TA_HTTP_REQUEST_BODY_PROCESSING_MODE

STREAMED

Request body streaming options. Allowed values: STREAMED, BUFFERED, BUFFERED_PARTIAL, NONE

TA_HTTP_REQUEST_TRAILER_PROCESSING_MODE

SKIP

Controls if request trailers are sent. Allowed values: SEND, SKIP

TA_HTTP_RESPONSE_HEADER_PROCESSING_MODE

SEND

Controls if response headers are sent. Allowed values: SEND, SKIP

TA_HTTP_RESPONSE_BODY_PROCESSING_MODE

STREAMED

Controls if response body is streamed. Allowed values: STREAMED, BUFFERED, BUFFERED_PARTIAL, NONE

TA_HTTP_RESPONSE_TRAILER_PROCESSING_MODE

SKIP

Controls if response trailers are sent. Allowed values: SEND, SKIP

TA_ALLOW_MODE_OVERRIDE

false

Allows TME to override filter modes. Allowed values: true, false

TA_OBSERVABILITY_MODE

true

Enables real-time streaming to TPA. Allowed values: true, false

TA_UPSTREAM_CLUSTER_CONNECT_TIMEOUT

2s

Timeout for upstream connections

TA_APP_HOST

127.0.0.1

Backend application host

TA_APP_PORT

8443

Backend application port

TA_UPSTREAM_USE_TLS

true

Enables TLS to upstream

TA_USE_DOWNSTREAM_PROTOCOL_CONFIG

false

Preserves client protocol for upstream

TA_ALPN_PROTOCOLS

h2,http/1.1

Supported protocols (can be customized)

TA_REPORTING_HOST

127.0.0.1

TPA endpoint

TA_REPORTING_PORT

5443

Port used to report to TPA

TA_TPA_CLUSTER_CONNECT_TIMEOUT

2s

TPA connection timeout

TA_ENVOY_DEBUG_LEVEL

info

Logging verbosity for Envoy

TA_TPA_CERT_TRUST_CHAIN_VERIFICATION

VERIFY_TRUST_CHAIN

Certificate verification for TPA. Allowed values: VERIFY_TRUST_CHAIN, ACCEPT_UNTRUSTED

TA_TPA_TRUSTED_CA

—

Trusted CA for TPA (base64-encoded secret)

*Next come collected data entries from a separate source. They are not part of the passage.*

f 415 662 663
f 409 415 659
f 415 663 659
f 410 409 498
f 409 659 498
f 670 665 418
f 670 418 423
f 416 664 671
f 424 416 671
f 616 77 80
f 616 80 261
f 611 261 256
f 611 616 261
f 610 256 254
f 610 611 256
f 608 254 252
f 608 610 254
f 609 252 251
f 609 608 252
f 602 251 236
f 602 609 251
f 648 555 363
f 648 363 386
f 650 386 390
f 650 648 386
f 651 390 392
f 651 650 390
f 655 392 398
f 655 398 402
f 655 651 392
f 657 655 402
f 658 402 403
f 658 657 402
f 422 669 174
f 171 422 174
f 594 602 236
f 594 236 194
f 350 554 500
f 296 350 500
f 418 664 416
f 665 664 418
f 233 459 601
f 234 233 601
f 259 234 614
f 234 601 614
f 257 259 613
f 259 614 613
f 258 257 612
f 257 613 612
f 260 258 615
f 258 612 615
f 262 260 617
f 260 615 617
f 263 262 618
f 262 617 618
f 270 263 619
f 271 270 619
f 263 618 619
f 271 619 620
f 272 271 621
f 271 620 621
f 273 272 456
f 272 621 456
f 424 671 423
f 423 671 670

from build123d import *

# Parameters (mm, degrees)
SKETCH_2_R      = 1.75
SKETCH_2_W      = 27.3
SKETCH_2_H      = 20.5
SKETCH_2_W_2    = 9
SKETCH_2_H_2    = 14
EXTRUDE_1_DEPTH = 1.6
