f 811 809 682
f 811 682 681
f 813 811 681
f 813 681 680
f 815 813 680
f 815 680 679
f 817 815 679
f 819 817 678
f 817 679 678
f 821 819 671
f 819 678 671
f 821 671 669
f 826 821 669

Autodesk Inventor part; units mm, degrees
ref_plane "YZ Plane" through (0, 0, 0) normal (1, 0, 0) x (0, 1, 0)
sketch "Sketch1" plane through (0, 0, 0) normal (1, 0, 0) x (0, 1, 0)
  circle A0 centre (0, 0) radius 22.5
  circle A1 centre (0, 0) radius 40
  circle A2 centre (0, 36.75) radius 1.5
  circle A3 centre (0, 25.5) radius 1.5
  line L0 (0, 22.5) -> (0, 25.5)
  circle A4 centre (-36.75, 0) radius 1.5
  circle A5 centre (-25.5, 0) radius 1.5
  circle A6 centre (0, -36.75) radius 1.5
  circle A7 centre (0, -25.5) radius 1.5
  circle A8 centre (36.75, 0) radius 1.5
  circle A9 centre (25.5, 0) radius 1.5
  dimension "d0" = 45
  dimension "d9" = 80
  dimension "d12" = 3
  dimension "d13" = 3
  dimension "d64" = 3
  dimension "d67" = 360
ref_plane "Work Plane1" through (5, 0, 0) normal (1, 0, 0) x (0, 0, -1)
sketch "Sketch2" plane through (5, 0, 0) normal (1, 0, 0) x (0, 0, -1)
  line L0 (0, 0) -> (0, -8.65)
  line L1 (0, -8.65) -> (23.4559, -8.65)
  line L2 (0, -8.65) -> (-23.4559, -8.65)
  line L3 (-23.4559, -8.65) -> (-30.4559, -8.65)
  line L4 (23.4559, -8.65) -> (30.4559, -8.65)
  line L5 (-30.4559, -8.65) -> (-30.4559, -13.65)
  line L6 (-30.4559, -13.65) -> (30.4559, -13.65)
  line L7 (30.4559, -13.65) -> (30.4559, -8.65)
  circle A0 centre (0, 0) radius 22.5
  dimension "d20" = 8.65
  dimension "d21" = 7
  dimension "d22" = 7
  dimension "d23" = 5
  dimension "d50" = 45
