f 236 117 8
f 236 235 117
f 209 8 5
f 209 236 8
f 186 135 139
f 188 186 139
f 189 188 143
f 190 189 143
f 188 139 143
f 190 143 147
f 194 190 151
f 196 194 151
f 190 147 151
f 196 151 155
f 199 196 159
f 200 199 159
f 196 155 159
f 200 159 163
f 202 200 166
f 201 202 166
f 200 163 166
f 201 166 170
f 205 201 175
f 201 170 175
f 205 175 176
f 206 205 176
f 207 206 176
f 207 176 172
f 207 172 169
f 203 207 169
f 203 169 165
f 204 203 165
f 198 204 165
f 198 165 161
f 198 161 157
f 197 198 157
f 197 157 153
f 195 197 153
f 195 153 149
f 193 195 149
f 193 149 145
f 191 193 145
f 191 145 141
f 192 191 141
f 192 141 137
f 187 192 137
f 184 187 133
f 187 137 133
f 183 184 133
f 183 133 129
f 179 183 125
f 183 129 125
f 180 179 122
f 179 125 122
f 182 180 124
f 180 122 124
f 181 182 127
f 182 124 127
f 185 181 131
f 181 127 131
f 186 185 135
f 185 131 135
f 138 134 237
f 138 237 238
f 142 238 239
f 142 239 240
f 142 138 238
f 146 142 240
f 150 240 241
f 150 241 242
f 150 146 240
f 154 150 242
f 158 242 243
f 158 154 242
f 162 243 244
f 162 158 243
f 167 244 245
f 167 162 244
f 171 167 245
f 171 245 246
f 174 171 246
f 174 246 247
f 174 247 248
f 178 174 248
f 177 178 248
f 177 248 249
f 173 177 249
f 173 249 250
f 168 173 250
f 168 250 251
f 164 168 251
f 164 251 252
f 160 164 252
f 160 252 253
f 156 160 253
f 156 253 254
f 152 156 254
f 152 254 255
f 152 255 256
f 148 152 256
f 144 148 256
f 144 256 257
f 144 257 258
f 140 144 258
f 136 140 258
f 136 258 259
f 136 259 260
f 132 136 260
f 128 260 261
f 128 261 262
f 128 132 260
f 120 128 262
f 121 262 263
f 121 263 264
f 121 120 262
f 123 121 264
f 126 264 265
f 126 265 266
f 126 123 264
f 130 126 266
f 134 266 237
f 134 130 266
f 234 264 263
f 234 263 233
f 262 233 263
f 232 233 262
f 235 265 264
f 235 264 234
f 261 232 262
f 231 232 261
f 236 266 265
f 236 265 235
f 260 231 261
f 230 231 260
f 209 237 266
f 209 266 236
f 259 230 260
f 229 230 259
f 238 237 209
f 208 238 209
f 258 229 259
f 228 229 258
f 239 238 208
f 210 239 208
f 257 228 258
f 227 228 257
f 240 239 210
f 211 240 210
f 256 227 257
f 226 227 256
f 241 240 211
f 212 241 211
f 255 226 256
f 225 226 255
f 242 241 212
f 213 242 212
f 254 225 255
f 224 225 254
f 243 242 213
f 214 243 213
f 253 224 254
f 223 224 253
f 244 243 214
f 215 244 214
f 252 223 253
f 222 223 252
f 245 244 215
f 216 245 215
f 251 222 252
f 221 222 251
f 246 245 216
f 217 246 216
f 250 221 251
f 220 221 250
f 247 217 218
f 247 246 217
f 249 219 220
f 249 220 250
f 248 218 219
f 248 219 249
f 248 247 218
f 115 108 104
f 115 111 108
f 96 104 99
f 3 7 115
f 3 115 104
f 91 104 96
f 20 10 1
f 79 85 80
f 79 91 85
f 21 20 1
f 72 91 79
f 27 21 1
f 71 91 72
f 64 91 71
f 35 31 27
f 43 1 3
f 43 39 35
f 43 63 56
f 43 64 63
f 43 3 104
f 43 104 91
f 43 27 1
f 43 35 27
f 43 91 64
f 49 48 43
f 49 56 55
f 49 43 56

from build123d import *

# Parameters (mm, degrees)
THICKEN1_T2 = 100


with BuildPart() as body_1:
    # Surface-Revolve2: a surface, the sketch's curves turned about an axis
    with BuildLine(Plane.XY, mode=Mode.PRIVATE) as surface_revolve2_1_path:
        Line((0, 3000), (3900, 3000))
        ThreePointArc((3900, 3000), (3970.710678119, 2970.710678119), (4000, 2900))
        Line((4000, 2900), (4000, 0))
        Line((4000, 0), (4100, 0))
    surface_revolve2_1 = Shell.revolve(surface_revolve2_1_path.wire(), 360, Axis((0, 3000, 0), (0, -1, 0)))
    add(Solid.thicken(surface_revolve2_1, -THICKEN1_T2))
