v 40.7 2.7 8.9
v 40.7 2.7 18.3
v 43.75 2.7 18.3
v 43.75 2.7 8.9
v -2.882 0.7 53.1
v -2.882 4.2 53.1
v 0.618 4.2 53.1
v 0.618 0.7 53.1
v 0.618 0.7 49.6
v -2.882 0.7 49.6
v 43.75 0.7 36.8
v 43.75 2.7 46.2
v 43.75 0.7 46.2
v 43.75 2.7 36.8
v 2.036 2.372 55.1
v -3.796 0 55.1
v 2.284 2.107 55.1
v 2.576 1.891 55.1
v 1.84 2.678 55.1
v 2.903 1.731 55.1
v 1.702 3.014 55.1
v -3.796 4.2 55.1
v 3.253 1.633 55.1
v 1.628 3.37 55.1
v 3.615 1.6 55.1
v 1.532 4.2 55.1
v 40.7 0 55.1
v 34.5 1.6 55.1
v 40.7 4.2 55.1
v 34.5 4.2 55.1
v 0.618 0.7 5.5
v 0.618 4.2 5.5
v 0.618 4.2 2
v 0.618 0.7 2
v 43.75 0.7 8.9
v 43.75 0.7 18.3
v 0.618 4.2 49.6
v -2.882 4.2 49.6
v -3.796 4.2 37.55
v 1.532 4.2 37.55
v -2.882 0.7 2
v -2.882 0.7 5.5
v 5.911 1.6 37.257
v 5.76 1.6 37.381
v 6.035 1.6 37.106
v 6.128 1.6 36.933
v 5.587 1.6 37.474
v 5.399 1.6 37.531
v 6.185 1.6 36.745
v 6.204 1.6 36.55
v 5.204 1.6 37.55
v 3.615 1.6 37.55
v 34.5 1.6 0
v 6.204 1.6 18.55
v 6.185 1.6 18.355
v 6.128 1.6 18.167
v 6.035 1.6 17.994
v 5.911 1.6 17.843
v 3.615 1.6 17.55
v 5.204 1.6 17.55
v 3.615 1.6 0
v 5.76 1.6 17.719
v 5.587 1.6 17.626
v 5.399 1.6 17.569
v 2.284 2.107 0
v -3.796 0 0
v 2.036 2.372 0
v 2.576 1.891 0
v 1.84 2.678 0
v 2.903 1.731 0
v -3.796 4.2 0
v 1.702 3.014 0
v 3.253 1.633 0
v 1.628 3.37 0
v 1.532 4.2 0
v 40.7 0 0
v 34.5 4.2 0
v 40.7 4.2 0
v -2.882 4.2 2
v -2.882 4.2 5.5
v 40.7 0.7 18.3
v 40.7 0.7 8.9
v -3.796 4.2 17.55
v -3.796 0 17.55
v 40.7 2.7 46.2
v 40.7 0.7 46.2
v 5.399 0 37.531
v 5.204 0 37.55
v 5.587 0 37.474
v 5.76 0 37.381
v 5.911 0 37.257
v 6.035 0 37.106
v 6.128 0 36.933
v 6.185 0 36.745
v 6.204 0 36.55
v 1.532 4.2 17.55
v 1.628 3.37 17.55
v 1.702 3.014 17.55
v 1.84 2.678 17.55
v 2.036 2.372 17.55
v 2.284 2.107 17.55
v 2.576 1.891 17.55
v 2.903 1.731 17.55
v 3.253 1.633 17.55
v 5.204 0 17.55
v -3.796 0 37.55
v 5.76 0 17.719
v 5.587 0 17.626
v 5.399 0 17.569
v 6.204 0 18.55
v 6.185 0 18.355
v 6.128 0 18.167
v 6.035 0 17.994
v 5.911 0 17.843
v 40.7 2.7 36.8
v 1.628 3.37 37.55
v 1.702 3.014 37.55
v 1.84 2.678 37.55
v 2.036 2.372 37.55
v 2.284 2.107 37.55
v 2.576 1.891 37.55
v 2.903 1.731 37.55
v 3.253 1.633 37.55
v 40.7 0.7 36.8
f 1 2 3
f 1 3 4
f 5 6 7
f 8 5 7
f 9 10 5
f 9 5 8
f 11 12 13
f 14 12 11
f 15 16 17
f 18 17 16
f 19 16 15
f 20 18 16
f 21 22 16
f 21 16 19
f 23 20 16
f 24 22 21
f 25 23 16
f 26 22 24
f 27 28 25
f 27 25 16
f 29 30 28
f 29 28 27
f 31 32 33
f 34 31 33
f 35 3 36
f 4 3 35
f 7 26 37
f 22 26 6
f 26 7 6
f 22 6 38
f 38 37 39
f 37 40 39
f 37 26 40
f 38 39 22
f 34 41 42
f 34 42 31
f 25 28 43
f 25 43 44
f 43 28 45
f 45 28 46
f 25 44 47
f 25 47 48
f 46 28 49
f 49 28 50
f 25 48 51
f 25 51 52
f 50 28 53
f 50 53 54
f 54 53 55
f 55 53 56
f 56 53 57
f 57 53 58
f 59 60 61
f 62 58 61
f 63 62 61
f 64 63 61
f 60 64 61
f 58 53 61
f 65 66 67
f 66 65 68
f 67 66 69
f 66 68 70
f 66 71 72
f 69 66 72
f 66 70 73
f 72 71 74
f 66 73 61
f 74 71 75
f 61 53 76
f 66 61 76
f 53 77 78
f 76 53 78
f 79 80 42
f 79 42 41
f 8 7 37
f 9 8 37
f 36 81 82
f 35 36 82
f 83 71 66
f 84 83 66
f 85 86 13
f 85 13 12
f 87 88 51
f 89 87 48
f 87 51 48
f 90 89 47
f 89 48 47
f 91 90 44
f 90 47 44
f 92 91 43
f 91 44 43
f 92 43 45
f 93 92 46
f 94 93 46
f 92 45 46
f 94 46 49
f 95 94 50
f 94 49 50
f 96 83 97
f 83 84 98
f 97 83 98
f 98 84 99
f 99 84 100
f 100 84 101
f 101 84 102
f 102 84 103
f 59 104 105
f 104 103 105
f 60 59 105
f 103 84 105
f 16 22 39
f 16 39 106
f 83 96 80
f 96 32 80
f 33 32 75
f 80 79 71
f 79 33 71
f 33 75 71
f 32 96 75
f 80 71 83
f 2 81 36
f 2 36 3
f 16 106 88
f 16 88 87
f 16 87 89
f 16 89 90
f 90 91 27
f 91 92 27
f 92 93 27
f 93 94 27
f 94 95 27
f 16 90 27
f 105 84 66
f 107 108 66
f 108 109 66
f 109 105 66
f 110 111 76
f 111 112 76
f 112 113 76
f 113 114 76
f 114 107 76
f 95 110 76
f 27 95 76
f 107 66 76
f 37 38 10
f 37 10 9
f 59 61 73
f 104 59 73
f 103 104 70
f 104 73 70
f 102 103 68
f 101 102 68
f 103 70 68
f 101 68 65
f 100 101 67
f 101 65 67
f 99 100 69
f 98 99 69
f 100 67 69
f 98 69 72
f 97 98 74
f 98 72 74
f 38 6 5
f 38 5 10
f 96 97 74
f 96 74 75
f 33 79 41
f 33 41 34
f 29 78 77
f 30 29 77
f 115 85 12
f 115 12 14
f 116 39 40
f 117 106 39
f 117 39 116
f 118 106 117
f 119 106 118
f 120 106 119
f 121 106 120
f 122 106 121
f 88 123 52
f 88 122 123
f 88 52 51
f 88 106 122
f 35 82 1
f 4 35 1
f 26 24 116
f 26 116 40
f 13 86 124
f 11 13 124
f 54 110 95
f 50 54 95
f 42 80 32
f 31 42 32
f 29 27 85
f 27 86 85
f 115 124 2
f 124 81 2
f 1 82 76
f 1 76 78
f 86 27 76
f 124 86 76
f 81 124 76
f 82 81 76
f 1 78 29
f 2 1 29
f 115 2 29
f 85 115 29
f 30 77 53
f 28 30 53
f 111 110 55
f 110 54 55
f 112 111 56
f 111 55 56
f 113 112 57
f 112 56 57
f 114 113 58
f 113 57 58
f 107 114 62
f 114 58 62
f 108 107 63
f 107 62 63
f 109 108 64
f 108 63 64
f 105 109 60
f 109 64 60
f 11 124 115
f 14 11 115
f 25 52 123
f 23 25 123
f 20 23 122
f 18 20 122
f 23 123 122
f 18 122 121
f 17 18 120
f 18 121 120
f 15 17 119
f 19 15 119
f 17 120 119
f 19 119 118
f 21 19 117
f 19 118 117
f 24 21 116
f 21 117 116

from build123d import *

# Parameters (mm, degrees)
RESSALTO_EXTRUS_O1_DEPTH = 55.1
ESBO_O5_W                = 9.4
ESBO_O5_H                = 2
RESSALTO_EXTRUS_O2_DEPTH = 3.05
ESBO_O8_W                = 3.5
ESBO_O8_H                = 3.5
CORTE_EXTRUS_O6_DEPTH    = 3.5
ESBO_O9_W                = 10
ESBO_O9_H                = 20
CORTE_EXTRUS_O7_DEPTH    = 71.482001249
FILETE1_R                = 1


with BuildPart() as part:
    # Esboço1 → Ressalto-extrusão1 (new body)
    with BuildSketch(Plane.XY):
        with BuildLine():
            Line((0, 0), (40.7, 0))
            Line((40.7, 0), (40.7, 4.2))
            Line((40.7, 4.2), (34.5, 4.2))
            Line((34.5, 4.2), (34.5, 1.6))
            Line((34.5, 1.6), (3.614566097, 1.6))
            ThreePointArc((3.614566097, 1.6), (2.284269322, 2.106577592), (1.627871083, 3.369689511))
            Line((1.627871083, 3.369689511), (1.531616141, 4.2))
            Line((1.531616141, 4.2), (-3.796013859, 4.2))
            Line((-3.796013859, 4.2), (-3.796013859, 0))
            Line((-3.796013859, 0), (0, 0))
        make_face()
    extrude(amount=RESSALTO_EXTRUS_O1_DEPTH)

    # Esboço5 → Ressalto-extrusão2 (add)
    with BuildSketch(Plane(origin=(40.7, 0, 0), x_dir=(0, 0, -1), z_dir=(1, 0, 0))):
        with Locations((-13.6, 1.7)):
            Rectangle(ESBO_O5_W, ESBO_O5_H)
        with Locations((-41.5, 1.7)):
            Rectangle(ESBO_O5_W, ESBO_O5_H)
    extrude(amount=RESSALTO_EXTRUS_O2_DEPTH)

    # Esboço8 → Corte-extrusão6 (cut)
    with BuildSketch(Plane(origin=(0, 4.2, 0), x_dir=(1, 0, 0), z_dir=(0, 1, 0))):
        with Locations((-1.132198859, -51.35)):
            Rectangle(ESBO_O8_W, ESBO_O8_H)
        with Locations((-1.132198859, -3.75)):
            Rectangle(ESBO_O8_W, ESBO_O8_H)
    extrude(amount=-CORTE_EXTRUS_O6_DEPTH, mode=Mode.SUBTRACT)

    # Esboço9 → Corte-extrusão7 (cut, through all)
    with BuildSketch(Plane.XZ):
        with Locations((1.203986141, 27.55)):
            Rectangle(ESBO_O9_W, ESBO_O9_H)
    extrude(amount=-CORTE_EXTRUS_O7_DEPTH, mode=Mode.SUBTRACT)

    # Filete1
    filete1_edges = [part.edges().sort_by_distance(p)[0] for p in [
        (6.203986141, 0.8, 37.55),
        (6.203986141, 0.8, 17.55),
    ]]
    fillet(filete1_edges, radius=FILETE1_R)


solid = part.part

TA_UPSTREAM_CERT_TRUST_CHAIN_VERIFICATION

VERIFY_TRUST_CHAIN

Certificate verification for upstream. Allowed values: VERIFY_TRUST_CHAIN, ACCEPT_UNTRUSTED

TA_UPSTREAM_TRUSTED_CA

—

Trusted CA for upstream (base64-encoded secret)


Configuring Trusted CAs via AWS Secrets Manager

This step is optional and only needed if you want to enforce TLS certificate verification for secure communication. By default, the Envoy proxy does not validate certificates. To improve security—especially in production environments—you can configure trusted Certificate Authorities (CAs) for both upstream services and the Traceable Platform Agent (TPA) using AWS Secrets Manager.

To enable SSL peer certificate verification:

  1. Generate the CA certificates.

  2. Navigate to AWS Secrets Manager.

  3. Create a new secret and encode the certificates as base64.

  4. Store the encoded value under a defined secret key.

  5. Reference the key from your ECS task definition using TA_UPSTREAM_TRUSTED_CA and TA_TPA_TRUSTED_CA.


Performance Considerations

  • Each Envoy proxy sidecar is optimized for up to 200 requests per second.

  • If load exceeds this limit, spans may be dropped.

  • For high-throughput workloads on a single container, set TA_OBSERVABILITY_MODE=false to reduce overhead.

  • It is recommended to horizontally scale Envoy containers rather than increasing load on a single instance.